Go through the data below and return each line containing the word "BuildSketch".

Segment Start: Data to examine

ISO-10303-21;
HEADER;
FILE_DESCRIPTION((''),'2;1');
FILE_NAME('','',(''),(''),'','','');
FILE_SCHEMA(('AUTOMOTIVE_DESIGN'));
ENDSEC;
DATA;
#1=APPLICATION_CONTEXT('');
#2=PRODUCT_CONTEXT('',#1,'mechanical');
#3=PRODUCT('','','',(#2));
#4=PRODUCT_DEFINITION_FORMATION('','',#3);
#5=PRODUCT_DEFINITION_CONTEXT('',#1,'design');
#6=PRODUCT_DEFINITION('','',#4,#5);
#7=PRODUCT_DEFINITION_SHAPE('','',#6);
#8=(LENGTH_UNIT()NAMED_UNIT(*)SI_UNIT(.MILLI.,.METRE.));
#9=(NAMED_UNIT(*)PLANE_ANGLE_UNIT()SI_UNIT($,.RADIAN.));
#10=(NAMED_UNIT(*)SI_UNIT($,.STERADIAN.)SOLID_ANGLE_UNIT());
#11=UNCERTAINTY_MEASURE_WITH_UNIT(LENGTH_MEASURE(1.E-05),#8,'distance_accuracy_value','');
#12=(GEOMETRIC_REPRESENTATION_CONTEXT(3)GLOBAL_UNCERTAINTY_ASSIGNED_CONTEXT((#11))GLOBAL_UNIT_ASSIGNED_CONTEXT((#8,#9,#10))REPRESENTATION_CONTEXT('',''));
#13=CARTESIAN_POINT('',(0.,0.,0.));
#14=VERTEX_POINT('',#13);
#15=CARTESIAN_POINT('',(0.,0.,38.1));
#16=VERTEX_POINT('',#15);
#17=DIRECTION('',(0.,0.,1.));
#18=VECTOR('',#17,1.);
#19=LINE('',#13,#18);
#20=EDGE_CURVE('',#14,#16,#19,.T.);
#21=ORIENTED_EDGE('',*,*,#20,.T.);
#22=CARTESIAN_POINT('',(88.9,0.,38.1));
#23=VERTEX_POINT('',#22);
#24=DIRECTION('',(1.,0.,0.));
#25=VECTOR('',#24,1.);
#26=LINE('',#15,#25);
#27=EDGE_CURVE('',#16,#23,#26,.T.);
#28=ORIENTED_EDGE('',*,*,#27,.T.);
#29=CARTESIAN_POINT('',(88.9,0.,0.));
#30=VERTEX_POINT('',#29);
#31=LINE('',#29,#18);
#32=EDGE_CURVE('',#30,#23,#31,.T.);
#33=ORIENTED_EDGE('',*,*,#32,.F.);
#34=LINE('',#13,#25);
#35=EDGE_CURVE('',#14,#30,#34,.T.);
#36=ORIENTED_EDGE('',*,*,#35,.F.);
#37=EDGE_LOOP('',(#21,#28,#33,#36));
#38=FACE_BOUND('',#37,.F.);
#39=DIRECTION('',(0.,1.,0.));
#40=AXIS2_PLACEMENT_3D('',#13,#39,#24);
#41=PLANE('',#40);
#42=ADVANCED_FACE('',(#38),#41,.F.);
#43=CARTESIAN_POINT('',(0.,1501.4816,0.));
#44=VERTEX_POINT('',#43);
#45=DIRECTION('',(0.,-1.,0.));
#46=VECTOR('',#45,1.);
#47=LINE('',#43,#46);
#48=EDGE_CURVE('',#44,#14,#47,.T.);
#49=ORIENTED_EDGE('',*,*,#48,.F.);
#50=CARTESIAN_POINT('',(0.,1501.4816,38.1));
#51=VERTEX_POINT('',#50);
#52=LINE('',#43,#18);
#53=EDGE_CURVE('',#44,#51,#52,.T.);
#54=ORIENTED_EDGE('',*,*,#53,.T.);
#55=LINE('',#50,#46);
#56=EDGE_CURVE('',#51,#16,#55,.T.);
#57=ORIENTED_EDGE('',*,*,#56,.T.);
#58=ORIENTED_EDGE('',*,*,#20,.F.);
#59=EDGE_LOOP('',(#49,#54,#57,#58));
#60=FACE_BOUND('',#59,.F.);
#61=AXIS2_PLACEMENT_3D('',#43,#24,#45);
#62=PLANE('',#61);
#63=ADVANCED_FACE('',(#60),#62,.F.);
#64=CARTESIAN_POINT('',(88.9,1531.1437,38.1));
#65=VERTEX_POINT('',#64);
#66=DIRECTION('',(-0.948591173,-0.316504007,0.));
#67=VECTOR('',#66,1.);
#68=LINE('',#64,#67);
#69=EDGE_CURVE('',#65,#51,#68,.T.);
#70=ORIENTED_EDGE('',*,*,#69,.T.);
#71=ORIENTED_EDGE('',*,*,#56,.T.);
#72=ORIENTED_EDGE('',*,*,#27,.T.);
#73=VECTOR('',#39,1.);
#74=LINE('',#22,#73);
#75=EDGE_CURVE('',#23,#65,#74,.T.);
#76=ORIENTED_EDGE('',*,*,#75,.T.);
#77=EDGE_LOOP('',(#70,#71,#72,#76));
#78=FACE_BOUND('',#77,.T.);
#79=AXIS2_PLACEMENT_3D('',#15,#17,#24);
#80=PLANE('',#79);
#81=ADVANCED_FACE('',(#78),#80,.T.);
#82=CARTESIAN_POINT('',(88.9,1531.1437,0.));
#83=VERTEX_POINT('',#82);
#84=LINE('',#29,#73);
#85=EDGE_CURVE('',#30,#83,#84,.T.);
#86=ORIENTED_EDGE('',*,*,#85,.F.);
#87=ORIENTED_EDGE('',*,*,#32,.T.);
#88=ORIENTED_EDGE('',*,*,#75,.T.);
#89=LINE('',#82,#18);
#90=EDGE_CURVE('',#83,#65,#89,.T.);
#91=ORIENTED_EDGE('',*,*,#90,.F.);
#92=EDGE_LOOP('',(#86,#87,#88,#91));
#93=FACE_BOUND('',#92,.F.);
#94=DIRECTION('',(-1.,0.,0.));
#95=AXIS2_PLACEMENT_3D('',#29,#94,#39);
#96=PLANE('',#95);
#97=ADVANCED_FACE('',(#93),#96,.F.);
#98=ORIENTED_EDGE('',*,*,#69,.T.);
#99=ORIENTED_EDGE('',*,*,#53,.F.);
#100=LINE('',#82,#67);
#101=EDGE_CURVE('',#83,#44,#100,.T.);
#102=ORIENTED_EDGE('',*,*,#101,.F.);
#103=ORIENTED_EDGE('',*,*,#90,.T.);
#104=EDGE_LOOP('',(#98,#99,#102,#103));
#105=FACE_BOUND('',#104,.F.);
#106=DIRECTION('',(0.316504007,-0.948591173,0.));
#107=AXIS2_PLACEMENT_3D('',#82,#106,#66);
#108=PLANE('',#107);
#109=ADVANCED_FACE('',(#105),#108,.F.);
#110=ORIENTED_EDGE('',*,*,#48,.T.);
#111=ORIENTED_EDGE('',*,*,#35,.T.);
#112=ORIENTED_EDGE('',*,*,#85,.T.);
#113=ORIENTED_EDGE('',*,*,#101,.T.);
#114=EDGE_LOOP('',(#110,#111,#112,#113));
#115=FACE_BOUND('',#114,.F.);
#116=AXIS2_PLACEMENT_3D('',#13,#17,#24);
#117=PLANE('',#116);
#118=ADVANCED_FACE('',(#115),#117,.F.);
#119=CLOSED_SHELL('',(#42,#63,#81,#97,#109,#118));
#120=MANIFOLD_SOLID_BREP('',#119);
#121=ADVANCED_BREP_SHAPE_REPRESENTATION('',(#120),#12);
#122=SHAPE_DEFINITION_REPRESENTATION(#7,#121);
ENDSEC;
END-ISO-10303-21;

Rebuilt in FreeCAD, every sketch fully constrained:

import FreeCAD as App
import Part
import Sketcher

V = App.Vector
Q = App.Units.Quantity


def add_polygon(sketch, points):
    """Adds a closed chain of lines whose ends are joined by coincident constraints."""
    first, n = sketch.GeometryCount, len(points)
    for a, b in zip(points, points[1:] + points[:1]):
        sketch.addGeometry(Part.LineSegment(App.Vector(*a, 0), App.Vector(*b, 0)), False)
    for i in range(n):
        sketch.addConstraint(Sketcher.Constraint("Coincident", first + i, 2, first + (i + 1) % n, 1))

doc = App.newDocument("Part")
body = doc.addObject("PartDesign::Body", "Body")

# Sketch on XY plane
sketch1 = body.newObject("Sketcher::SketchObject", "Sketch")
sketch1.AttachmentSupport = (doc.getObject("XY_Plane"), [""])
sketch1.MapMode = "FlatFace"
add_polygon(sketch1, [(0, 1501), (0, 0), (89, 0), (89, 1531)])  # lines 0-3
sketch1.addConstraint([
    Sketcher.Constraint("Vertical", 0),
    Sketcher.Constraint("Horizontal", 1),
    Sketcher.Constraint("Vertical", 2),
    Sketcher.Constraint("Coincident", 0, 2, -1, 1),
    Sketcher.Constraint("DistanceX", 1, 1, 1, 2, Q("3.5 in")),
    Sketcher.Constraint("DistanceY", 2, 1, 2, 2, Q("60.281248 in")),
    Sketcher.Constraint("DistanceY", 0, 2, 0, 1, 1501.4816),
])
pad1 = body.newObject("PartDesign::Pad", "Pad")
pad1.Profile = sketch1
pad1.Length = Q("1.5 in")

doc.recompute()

Segment End: Data to examine
Segment Start: Data to examine

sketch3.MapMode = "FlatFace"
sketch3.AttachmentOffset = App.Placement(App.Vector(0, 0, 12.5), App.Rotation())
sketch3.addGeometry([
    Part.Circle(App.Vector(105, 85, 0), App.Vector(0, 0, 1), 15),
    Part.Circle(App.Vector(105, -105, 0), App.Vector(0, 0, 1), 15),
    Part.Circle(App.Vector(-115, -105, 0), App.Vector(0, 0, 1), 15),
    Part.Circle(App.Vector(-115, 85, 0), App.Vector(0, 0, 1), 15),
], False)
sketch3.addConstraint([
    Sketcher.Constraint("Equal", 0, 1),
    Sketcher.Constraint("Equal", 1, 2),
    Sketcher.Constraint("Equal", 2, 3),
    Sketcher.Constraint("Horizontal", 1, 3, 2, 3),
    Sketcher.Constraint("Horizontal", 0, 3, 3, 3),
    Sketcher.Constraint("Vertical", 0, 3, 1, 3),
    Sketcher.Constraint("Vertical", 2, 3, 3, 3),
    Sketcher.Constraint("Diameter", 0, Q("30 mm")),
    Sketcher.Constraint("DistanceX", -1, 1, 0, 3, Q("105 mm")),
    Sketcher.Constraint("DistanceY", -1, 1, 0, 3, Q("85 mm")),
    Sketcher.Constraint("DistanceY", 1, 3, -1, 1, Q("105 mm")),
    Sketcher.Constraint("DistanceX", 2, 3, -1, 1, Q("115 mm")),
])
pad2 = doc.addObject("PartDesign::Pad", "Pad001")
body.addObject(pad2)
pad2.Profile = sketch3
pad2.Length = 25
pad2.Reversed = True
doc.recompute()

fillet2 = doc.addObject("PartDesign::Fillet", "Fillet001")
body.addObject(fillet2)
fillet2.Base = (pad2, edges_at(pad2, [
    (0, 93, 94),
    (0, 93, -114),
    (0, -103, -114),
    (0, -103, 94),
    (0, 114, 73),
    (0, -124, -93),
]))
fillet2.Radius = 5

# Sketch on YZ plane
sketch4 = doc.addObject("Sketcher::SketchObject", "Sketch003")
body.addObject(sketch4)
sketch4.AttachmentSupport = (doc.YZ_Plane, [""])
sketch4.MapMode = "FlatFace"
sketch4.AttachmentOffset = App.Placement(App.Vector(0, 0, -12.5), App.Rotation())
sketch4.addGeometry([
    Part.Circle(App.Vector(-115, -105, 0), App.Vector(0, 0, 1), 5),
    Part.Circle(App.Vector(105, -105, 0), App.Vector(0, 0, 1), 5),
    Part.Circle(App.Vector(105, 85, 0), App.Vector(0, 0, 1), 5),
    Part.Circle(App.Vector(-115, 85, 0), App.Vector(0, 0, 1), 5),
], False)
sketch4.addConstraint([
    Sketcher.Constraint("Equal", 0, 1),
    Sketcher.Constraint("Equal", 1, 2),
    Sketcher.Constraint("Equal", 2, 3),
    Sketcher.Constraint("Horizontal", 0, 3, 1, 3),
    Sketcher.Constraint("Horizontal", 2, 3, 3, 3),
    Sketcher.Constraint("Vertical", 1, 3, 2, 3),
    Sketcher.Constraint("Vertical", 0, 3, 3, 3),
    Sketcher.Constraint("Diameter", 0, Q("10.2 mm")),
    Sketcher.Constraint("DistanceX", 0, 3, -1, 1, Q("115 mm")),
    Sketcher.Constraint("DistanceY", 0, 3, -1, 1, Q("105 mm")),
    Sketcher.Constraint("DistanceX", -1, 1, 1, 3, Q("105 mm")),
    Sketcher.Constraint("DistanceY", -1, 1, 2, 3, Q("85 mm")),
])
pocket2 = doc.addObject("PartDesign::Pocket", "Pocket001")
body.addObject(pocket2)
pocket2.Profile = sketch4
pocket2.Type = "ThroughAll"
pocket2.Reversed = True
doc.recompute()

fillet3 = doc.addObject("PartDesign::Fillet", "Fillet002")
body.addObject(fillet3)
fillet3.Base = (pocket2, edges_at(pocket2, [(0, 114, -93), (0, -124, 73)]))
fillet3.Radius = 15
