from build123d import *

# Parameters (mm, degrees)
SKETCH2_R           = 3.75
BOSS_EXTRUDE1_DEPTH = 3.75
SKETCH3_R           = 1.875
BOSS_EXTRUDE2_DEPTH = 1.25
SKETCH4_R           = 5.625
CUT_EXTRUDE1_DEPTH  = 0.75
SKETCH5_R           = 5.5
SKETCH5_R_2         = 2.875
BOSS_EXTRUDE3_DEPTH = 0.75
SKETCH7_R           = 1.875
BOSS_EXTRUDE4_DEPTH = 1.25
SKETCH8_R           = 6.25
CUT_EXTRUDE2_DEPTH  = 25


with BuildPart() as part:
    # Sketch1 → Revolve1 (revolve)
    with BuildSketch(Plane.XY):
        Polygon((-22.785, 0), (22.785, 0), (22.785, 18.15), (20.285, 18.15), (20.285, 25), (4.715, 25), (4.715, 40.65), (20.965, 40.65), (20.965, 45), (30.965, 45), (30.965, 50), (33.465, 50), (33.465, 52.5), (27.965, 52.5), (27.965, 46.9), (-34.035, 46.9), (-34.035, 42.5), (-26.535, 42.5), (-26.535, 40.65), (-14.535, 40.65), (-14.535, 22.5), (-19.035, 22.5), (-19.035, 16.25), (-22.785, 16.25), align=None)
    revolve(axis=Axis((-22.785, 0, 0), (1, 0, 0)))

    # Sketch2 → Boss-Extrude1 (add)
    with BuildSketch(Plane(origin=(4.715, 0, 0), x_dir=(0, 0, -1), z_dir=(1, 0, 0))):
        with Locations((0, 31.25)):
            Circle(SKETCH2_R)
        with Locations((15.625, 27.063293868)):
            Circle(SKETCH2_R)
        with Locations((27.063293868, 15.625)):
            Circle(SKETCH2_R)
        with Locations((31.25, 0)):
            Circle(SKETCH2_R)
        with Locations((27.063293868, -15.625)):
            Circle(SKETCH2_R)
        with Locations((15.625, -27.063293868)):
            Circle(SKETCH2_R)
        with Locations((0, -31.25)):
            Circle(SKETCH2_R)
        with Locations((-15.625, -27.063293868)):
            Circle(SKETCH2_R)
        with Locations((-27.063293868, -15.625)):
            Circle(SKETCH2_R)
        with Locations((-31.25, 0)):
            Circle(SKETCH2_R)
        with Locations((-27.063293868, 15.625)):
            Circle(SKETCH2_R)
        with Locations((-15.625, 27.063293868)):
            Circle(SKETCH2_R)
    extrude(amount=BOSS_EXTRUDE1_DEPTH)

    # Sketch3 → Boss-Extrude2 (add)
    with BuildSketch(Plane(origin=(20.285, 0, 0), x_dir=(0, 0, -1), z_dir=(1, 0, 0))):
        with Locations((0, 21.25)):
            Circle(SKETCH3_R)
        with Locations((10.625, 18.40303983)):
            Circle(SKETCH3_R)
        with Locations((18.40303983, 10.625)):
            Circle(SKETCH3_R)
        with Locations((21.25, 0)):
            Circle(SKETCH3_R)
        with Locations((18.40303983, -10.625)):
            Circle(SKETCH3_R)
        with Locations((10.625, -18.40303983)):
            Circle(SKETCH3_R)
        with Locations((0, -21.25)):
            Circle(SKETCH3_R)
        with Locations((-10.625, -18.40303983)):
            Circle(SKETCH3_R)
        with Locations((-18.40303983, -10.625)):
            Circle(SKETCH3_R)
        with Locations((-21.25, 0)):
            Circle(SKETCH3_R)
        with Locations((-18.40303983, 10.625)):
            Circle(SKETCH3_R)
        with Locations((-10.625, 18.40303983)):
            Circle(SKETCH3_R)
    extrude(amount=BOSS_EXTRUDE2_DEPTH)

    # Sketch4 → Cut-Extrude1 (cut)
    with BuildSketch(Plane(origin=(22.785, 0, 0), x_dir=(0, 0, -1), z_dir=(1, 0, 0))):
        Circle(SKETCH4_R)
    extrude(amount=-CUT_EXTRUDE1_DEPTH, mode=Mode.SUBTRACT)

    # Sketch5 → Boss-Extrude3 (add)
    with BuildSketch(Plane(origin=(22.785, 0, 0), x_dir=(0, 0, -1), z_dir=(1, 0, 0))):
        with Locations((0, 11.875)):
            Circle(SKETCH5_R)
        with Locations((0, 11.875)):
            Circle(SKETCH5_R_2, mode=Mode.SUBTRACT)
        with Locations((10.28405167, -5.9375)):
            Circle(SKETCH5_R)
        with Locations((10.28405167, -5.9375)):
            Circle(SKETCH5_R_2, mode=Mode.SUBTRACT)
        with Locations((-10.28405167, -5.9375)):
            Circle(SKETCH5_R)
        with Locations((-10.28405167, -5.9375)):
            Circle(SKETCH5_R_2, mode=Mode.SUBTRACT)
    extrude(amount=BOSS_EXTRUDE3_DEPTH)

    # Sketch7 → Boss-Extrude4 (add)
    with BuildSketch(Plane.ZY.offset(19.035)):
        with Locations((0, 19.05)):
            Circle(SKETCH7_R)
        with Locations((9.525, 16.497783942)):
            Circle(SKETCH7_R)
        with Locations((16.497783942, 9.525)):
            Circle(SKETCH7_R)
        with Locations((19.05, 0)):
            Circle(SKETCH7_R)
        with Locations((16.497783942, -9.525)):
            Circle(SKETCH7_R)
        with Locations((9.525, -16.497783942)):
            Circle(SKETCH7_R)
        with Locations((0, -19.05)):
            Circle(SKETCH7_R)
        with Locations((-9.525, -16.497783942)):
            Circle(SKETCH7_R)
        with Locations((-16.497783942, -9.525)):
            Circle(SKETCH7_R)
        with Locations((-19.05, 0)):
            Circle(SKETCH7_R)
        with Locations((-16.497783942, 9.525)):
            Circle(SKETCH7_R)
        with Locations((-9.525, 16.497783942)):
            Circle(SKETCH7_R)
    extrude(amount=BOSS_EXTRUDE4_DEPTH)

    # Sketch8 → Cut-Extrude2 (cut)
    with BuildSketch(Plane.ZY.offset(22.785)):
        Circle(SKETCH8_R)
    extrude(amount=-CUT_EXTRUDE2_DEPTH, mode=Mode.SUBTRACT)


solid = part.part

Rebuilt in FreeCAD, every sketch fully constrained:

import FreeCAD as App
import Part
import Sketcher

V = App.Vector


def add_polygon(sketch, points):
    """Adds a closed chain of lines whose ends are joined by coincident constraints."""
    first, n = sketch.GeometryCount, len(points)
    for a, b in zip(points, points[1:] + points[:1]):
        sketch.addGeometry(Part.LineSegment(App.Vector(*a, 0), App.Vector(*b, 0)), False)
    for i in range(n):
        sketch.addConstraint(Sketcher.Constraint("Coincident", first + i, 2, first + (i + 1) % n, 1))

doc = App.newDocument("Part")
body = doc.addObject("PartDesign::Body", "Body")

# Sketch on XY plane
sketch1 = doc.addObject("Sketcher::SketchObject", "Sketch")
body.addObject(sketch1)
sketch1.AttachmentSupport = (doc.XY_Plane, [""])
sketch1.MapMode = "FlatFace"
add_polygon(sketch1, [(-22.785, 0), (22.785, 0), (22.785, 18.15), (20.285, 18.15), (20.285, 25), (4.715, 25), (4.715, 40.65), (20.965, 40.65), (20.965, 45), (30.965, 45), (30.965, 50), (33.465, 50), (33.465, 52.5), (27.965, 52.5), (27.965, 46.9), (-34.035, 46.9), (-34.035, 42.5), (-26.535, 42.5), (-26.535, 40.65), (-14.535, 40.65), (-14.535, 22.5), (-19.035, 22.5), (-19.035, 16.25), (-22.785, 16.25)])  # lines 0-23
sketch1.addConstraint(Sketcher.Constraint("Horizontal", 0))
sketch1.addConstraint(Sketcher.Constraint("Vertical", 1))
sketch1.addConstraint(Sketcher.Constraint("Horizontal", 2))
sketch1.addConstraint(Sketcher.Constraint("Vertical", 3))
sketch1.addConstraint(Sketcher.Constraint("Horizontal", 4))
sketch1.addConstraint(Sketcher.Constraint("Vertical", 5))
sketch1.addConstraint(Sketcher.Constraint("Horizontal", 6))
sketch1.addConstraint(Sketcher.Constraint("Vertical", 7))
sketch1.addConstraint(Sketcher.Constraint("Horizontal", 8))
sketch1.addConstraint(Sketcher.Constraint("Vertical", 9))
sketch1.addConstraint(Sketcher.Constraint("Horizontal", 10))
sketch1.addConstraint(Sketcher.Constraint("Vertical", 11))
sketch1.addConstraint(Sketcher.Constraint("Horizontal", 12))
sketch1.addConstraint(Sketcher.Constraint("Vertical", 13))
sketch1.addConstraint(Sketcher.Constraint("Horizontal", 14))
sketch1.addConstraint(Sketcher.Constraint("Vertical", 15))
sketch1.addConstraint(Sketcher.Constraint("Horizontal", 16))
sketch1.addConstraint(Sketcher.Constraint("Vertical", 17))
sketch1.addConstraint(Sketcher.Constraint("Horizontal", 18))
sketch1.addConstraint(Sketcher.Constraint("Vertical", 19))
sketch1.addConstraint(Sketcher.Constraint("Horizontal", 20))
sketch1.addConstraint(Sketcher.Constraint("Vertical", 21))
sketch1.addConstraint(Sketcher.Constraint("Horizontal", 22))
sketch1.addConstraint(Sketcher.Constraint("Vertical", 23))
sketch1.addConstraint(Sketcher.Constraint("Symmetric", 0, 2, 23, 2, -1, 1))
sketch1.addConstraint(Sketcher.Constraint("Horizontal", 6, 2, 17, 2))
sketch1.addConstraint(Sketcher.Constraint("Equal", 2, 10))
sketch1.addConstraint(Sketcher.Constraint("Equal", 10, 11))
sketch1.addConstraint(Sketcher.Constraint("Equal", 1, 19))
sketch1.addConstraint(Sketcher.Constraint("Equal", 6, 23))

Segment End: Data to examine

_Worked solution:_
    with BuildSketch(Plane.XY):
    with BuildSketch(Plane(origin=(4.715, 0, 0), x_dir=(0, 0, -1), z_dir=(1, 0, 0))):
    with BuildSketch(Plane(origin=(20.285, 0, 0), x_dir=(0, 0, -1), z_dir=(1, 0, 0))):
    with BuildSketch(Plane(origin=(22.785, 0, 0), x_dir=(0, 0, -1), z_dir=(1, 0, 0))):
    with BuildSketch(Plane(origin=(22.785, 0, 0), x_dir=(0, 0, -1), z_dir=(1, 0, 0))):
    with BuildSketch(Plane.ZY.offset(19.035)):
    with BuildSketch(Plane.ZY.offset(22.785)):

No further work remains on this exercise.